Description of the task -> In the listing below, a line holding "#120=CARTESIAN_POINT('',(66.25,66.25,0.));" and a line holding "#139=CARTESIAN_POINT('',(66.,66.,26.));" mark the range. Retype both exactly, with all lines between them.

- - - - - - -

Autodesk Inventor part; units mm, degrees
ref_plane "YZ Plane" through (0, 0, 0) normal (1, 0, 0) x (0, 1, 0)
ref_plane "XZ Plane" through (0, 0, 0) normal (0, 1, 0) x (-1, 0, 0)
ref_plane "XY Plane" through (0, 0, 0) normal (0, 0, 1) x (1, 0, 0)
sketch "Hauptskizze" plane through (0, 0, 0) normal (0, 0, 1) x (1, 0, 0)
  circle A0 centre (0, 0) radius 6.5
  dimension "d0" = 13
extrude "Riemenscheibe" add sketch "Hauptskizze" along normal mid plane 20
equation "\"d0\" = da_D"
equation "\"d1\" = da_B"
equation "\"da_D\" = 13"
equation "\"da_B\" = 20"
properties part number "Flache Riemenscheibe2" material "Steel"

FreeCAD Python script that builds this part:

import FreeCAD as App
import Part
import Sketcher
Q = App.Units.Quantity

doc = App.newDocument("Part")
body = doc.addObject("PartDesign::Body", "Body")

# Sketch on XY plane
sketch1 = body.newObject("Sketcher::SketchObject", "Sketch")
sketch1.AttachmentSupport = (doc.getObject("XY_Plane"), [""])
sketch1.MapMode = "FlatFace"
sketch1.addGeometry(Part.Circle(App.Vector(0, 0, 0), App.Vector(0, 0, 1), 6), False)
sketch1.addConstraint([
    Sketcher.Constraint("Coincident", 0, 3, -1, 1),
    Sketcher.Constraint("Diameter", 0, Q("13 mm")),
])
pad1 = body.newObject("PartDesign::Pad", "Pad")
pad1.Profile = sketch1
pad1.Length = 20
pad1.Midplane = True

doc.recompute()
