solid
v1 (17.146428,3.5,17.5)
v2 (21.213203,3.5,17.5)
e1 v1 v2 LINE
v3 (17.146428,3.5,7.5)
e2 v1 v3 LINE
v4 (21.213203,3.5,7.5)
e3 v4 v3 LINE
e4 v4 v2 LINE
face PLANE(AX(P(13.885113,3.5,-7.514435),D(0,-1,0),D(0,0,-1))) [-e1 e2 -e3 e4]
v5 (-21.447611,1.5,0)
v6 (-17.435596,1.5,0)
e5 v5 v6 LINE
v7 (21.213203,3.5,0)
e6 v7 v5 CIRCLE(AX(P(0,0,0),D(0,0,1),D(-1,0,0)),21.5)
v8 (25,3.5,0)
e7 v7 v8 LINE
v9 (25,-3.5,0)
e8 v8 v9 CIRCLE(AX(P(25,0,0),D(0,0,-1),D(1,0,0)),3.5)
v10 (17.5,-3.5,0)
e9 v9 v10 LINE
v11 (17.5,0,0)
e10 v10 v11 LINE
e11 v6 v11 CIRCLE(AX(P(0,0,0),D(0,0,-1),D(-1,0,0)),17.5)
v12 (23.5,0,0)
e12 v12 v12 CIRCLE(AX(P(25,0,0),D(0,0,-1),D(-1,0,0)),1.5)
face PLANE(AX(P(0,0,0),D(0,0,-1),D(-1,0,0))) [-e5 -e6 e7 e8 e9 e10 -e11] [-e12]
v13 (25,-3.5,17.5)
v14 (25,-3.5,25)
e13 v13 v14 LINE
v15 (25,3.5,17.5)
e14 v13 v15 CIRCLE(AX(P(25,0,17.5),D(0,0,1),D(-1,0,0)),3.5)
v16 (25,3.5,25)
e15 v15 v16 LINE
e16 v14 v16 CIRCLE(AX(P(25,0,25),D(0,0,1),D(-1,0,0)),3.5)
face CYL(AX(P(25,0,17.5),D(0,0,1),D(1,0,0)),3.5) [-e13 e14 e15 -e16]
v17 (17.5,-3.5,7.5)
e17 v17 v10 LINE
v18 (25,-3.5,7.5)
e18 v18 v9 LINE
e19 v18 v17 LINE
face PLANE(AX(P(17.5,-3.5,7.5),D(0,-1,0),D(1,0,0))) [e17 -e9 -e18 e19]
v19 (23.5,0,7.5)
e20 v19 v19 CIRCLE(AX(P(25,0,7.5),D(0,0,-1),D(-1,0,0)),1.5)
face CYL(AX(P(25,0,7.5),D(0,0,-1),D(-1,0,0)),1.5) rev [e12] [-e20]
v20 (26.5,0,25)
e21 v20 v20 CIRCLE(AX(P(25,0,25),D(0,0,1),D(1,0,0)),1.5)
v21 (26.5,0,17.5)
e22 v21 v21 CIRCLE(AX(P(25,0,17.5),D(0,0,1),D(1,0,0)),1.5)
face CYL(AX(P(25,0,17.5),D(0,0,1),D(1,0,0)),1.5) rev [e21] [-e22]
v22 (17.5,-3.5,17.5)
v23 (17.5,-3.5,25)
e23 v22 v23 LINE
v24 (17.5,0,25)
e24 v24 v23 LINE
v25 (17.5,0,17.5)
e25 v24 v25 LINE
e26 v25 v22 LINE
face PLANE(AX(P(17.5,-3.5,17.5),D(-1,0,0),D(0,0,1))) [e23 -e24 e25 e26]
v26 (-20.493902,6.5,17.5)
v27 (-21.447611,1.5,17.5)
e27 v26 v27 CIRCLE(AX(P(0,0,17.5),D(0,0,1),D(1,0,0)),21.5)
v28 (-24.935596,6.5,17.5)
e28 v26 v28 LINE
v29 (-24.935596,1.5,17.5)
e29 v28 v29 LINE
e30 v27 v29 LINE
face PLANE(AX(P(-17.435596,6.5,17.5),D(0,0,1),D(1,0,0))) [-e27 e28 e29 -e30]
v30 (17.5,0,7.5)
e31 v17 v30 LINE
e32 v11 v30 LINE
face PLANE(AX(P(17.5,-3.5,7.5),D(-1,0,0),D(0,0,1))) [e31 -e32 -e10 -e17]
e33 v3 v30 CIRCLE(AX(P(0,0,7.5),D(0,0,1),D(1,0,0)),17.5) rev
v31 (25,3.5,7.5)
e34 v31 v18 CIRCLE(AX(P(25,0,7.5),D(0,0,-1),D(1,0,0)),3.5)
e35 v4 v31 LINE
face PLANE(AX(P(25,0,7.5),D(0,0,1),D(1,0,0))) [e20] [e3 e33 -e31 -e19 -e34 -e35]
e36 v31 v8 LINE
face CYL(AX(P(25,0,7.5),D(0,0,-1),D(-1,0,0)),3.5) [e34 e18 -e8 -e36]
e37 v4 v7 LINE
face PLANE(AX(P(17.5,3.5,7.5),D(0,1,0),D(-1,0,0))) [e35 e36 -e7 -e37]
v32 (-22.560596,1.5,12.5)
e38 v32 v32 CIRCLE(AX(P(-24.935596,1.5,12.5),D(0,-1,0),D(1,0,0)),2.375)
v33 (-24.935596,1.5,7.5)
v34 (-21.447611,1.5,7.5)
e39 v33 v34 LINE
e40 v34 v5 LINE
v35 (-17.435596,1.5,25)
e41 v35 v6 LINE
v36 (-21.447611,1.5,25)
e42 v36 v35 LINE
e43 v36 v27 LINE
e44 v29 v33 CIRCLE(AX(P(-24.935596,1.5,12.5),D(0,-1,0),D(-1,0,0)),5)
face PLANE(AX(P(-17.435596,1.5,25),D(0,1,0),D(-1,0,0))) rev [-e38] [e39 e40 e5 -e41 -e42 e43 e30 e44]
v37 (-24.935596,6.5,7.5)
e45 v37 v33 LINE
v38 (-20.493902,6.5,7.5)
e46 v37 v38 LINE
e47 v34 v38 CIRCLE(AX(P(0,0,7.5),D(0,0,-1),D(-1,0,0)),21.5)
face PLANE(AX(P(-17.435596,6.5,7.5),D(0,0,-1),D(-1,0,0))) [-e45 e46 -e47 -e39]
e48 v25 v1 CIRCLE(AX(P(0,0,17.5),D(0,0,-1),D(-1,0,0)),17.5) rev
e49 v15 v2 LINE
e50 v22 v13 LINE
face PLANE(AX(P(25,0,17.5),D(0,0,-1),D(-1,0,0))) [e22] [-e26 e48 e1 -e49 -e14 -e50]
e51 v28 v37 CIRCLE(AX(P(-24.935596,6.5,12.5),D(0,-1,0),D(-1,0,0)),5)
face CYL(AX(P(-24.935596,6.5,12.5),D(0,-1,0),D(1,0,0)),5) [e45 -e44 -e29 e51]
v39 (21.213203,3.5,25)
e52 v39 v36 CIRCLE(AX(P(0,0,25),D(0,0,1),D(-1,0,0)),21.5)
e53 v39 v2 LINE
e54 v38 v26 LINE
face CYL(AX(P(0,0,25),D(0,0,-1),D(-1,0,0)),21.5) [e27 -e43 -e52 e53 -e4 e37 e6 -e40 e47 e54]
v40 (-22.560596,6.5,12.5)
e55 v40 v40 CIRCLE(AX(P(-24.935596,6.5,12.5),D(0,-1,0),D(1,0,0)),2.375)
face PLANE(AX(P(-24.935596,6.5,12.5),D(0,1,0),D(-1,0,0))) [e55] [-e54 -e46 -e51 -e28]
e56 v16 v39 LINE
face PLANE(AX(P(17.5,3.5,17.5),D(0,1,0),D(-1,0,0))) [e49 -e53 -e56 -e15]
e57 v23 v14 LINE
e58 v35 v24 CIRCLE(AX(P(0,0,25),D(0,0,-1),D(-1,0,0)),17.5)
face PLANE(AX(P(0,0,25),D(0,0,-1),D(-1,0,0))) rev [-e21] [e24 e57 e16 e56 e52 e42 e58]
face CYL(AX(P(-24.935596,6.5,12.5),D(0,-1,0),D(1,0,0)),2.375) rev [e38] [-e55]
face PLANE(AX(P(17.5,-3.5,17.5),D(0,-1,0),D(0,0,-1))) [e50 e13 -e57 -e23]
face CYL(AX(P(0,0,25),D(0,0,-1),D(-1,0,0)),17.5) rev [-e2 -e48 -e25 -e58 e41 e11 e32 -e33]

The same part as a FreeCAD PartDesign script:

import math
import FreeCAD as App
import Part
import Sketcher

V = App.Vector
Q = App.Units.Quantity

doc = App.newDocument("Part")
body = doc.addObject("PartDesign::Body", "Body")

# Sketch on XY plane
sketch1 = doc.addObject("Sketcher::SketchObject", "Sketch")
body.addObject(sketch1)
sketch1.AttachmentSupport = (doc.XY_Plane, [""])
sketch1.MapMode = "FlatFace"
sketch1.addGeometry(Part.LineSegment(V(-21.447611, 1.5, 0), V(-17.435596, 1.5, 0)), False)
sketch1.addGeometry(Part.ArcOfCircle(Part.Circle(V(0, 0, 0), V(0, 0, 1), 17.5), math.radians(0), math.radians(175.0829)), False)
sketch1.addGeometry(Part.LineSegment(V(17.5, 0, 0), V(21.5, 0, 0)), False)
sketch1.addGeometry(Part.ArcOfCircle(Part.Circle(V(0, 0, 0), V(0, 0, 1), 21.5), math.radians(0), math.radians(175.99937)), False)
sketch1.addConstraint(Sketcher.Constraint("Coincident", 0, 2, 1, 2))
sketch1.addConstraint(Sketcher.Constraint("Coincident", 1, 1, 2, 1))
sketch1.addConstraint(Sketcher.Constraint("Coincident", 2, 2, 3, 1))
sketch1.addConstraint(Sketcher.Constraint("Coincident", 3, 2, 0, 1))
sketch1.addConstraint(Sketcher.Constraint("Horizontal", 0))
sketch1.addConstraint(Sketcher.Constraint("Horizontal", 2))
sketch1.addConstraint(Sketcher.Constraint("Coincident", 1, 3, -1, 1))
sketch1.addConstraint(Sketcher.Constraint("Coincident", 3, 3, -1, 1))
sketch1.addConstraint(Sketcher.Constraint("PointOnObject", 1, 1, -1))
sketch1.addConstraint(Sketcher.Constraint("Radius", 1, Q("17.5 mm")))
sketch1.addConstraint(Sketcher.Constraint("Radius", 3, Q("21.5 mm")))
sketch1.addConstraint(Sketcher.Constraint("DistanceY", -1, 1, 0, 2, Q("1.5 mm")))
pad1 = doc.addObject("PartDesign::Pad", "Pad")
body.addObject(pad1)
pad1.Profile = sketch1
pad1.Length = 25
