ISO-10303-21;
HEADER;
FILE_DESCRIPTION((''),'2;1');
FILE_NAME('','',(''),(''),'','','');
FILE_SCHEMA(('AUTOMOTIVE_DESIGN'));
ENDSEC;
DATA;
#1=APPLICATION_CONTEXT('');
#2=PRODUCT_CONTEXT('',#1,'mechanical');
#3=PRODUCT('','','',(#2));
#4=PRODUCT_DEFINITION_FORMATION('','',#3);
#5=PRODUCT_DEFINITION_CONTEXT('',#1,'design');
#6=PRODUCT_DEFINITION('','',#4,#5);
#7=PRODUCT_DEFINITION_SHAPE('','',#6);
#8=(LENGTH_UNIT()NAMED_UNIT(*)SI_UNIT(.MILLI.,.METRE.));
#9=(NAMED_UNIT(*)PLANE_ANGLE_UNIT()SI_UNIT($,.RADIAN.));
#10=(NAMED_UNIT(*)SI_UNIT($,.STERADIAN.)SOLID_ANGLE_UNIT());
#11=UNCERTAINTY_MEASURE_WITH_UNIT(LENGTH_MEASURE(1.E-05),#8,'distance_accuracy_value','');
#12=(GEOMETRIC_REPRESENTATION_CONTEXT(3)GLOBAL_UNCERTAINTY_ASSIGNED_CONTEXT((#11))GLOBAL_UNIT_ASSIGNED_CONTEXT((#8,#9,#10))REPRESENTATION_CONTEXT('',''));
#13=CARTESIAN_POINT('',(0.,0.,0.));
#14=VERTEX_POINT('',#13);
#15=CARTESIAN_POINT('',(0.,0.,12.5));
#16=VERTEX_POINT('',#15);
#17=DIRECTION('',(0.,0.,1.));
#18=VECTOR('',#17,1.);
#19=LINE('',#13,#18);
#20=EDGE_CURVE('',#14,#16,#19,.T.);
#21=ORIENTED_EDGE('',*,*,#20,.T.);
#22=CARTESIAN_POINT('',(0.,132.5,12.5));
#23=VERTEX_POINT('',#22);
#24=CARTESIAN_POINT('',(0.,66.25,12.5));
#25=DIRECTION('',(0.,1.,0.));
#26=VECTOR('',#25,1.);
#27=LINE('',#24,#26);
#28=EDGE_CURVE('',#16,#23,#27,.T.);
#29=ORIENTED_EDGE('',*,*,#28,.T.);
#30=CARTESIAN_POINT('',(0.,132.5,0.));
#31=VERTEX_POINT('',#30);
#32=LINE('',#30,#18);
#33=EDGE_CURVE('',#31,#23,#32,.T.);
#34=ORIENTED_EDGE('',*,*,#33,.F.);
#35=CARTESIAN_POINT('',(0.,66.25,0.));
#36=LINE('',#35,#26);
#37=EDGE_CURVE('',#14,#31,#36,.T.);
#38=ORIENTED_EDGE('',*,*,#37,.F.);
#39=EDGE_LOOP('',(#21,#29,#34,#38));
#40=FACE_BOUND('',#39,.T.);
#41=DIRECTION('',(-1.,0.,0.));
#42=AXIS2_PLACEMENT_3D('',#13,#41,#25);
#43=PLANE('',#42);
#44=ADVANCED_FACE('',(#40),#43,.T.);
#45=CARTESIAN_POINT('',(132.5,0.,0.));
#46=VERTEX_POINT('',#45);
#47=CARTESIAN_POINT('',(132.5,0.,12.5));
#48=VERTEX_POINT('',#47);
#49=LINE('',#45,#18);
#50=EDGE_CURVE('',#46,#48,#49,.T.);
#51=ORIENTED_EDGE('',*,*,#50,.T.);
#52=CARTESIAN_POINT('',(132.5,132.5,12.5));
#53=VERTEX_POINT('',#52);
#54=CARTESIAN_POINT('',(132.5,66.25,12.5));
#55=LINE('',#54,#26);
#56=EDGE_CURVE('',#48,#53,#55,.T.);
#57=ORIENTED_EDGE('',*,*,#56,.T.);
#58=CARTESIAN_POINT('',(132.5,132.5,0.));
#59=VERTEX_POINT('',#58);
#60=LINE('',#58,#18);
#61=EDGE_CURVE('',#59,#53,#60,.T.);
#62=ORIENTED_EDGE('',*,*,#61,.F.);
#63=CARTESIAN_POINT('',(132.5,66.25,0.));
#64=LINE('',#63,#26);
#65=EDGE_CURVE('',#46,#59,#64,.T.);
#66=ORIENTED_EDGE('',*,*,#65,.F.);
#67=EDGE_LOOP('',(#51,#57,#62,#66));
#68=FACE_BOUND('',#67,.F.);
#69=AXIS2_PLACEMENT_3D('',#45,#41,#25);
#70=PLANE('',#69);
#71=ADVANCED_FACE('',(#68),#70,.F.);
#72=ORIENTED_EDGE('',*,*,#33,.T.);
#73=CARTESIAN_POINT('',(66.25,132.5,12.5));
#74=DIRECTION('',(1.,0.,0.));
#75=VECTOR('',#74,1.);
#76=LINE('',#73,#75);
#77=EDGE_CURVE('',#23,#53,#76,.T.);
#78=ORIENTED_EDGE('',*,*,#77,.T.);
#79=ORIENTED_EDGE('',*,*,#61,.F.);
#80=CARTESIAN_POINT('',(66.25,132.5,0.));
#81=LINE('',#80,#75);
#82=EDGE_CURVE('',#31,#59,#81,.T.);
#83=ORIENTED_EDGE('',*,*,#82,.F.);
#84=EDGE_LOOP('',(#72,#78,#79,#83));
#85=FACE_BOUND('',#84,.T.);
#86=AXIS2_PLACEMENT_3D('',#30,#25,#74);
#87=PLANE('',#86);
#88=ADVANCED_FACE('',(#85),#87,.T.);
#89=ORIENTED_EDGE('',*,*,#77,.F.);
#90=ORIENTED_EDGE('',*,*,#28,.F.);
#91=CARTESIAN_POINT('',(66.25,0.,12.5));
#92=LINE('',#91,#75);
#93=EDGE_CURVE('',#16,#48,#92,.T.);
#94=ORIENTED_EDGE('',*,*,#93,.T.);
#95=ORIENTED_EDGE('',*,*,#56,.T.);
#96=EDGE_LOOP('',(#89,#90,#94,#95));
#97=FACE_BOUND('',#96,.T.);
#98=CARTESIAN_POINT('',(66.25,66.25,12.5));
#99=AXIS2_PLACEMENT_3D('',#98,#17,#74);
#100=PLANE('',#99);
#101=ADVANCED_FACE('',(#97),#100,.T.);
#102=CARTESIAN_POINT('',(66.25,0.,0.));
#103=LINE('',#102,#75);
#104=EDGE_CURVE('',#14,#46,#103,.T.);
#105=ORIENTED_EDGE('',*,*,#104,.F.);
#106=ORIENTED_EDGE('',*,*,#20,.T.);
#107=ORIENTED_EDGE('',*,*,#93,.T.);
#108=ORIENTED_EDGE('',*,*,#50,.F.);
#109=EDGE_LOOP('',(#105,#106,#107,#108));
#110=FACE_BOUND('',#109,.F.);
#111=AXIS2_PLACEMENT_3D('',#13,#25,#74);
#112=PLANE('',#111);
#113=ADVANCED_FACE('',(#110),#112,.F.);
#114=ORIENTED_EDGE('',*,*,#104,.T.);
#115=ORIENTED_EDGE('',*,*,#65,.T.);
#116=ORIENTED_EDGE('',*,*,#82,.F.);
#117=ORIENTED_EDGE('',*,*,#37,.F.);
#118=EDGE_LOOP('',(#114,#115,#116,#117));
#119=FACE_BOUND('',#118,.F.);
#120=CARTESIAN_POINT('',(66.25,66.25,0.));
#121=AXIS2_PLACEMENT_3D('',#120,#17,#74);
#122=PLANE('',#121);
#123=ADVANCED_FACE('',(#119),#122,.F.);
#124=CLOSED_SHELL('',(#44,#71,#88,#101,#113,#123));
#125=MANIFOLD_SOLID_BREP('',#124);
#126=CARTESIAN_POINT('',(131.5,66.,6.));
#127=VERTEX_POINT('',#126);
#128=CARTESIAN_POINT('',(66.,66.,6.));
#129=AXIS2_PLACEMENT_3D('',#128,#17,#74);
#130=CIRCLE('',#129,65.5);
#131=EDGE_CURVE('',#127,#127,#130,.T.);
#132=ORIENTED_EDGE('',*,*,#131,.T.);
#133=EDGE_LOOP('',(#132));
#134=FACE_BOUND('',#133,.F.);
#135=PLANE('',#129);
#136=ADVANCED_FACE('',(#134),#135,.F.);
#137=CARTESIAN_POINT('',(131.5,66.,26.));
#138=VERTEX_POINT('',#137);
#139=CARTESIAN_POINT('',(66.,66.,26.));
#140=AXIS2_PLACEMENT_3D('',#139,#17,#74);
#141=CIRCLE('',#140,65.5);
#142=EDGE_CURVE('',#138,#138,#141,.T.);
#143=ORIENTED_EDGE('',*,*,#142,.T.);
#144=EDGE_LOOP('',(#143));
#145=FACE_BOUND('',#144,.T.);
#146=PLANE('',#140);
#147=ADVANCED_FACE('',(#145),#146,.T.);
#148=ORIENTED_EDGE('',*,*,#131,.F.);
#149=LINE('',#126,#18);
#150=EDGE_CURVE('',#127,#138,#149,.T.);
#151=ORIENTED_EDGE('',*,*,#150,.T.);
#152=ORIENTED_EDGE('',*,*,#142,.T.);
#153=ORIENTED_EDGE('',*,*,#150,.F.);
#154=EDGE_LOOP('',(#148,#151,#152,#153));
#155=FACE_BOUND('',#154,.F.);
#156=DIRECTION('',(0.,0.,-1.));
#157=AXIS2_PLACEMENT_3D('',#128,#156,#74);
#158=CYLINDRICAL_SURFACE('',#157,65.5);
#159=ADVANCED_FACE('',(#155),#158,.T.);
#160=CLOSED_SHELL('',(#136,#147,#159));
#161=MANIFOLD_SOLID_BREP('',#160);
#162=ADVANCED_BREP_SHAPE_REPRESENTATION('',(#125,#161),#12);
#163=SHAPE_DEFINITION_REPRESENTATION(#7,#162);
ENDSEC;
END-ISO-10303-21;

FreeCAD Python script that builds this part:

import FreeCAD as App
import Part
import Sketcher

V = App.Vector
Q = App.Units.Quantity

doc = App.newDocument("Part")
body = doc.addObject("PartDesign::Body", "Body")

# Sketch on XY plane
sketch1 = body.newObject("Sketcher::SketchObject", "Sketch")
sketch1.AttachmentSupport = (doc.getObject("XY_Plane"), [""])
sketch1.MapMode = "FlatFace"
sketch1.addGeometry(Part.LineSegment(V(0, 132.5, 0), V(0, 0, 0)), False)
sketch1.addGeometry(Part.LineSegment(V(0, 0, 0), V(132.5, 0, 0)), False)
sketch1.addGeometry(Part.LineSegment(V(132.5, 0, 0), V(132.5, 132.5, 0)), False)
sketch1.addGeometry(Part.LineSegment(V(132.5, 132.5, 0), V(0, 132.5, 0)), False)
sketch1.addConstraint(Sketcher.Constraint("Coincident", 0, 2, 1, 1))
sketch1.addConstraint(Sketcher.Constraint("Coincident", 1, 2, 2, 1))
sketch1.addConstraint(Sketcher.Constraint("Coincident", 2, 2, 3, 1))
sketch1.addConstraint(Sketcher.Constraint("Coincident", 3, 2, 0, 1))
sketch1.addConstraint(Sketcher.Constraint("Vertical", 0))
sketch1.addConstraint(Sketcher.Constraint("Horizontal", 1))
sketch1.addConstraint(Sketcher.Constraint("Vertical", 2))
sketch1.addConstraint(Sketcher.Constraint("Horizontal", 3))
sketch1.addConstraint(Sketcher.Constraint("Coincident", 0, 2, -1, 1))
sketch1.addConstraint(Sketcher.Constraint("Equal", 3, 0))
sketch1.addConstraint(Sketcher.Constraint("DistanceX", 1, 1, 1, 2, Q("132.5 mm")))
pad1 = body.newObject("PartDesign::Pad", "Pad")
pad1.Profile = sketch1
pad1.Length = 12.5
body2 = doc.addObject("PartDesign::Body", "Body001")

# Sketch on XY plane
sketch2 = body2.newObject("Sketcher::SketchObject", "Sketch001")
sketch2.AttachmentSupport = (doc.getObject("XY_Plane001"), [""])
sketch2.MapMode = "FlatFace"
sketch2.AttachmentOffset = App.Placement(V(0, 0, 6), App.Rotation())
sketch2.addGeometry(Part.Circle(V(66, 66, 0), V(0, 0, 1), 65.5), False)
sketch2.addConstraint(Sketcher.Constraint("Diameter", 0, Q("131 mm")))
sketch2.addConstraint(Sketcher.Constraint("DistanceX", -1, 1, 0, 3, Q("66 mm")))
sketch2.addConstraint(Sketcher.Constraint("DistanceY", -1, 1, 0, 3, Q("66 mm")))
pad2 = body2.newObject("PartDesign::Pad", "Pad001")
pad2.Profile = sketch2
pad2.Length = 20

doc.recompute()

- - - - - - -

Response box ->
#120=CARTESIAN_POINT('',(66.25,66.25,0.));
#121=AXIS2_PLACEMENT_3D('',#120,#17,#74);
#122=PLANE('',#121);
#123=ADVANCED_FACE('',(#119),#122,.F.);
#124=CLOSED_SHELL('',(#44,#71,#88,#101,#113,#123));
#125=MANIFOLD_SOLID_BREP('',#124);
#126=CARTESIAN_POINT('',(131.5,66.,6.));
#127=VERTEX_POINT('',#126);
#128=CARTESIAN_POINT('',(66.,66.,6.));
#129=AXIS2_PLACEMENT_3D('',#128,#17,#74);
#130=CIRCLE('',#129,65.5);
#131=EDGE_CURVE('',#127,#127,#130,.T.);
#132=ORIENTED_EDGE('',*,*,#131,.T.);
#133=EDGE_LOOP('',(#132));
#134=FACE_BOUND('',#133,.F.);
#135=PLANE('',#129);
#136=ADVANCED_FACE('',(#134),#135,.F.);
#137=CARTESIAN_POINT('',(131.5,66.,26.));
#138=VERTEX_POINT('',#137);
#139=CARTESIAN_POINT('',(66.,66.,26.));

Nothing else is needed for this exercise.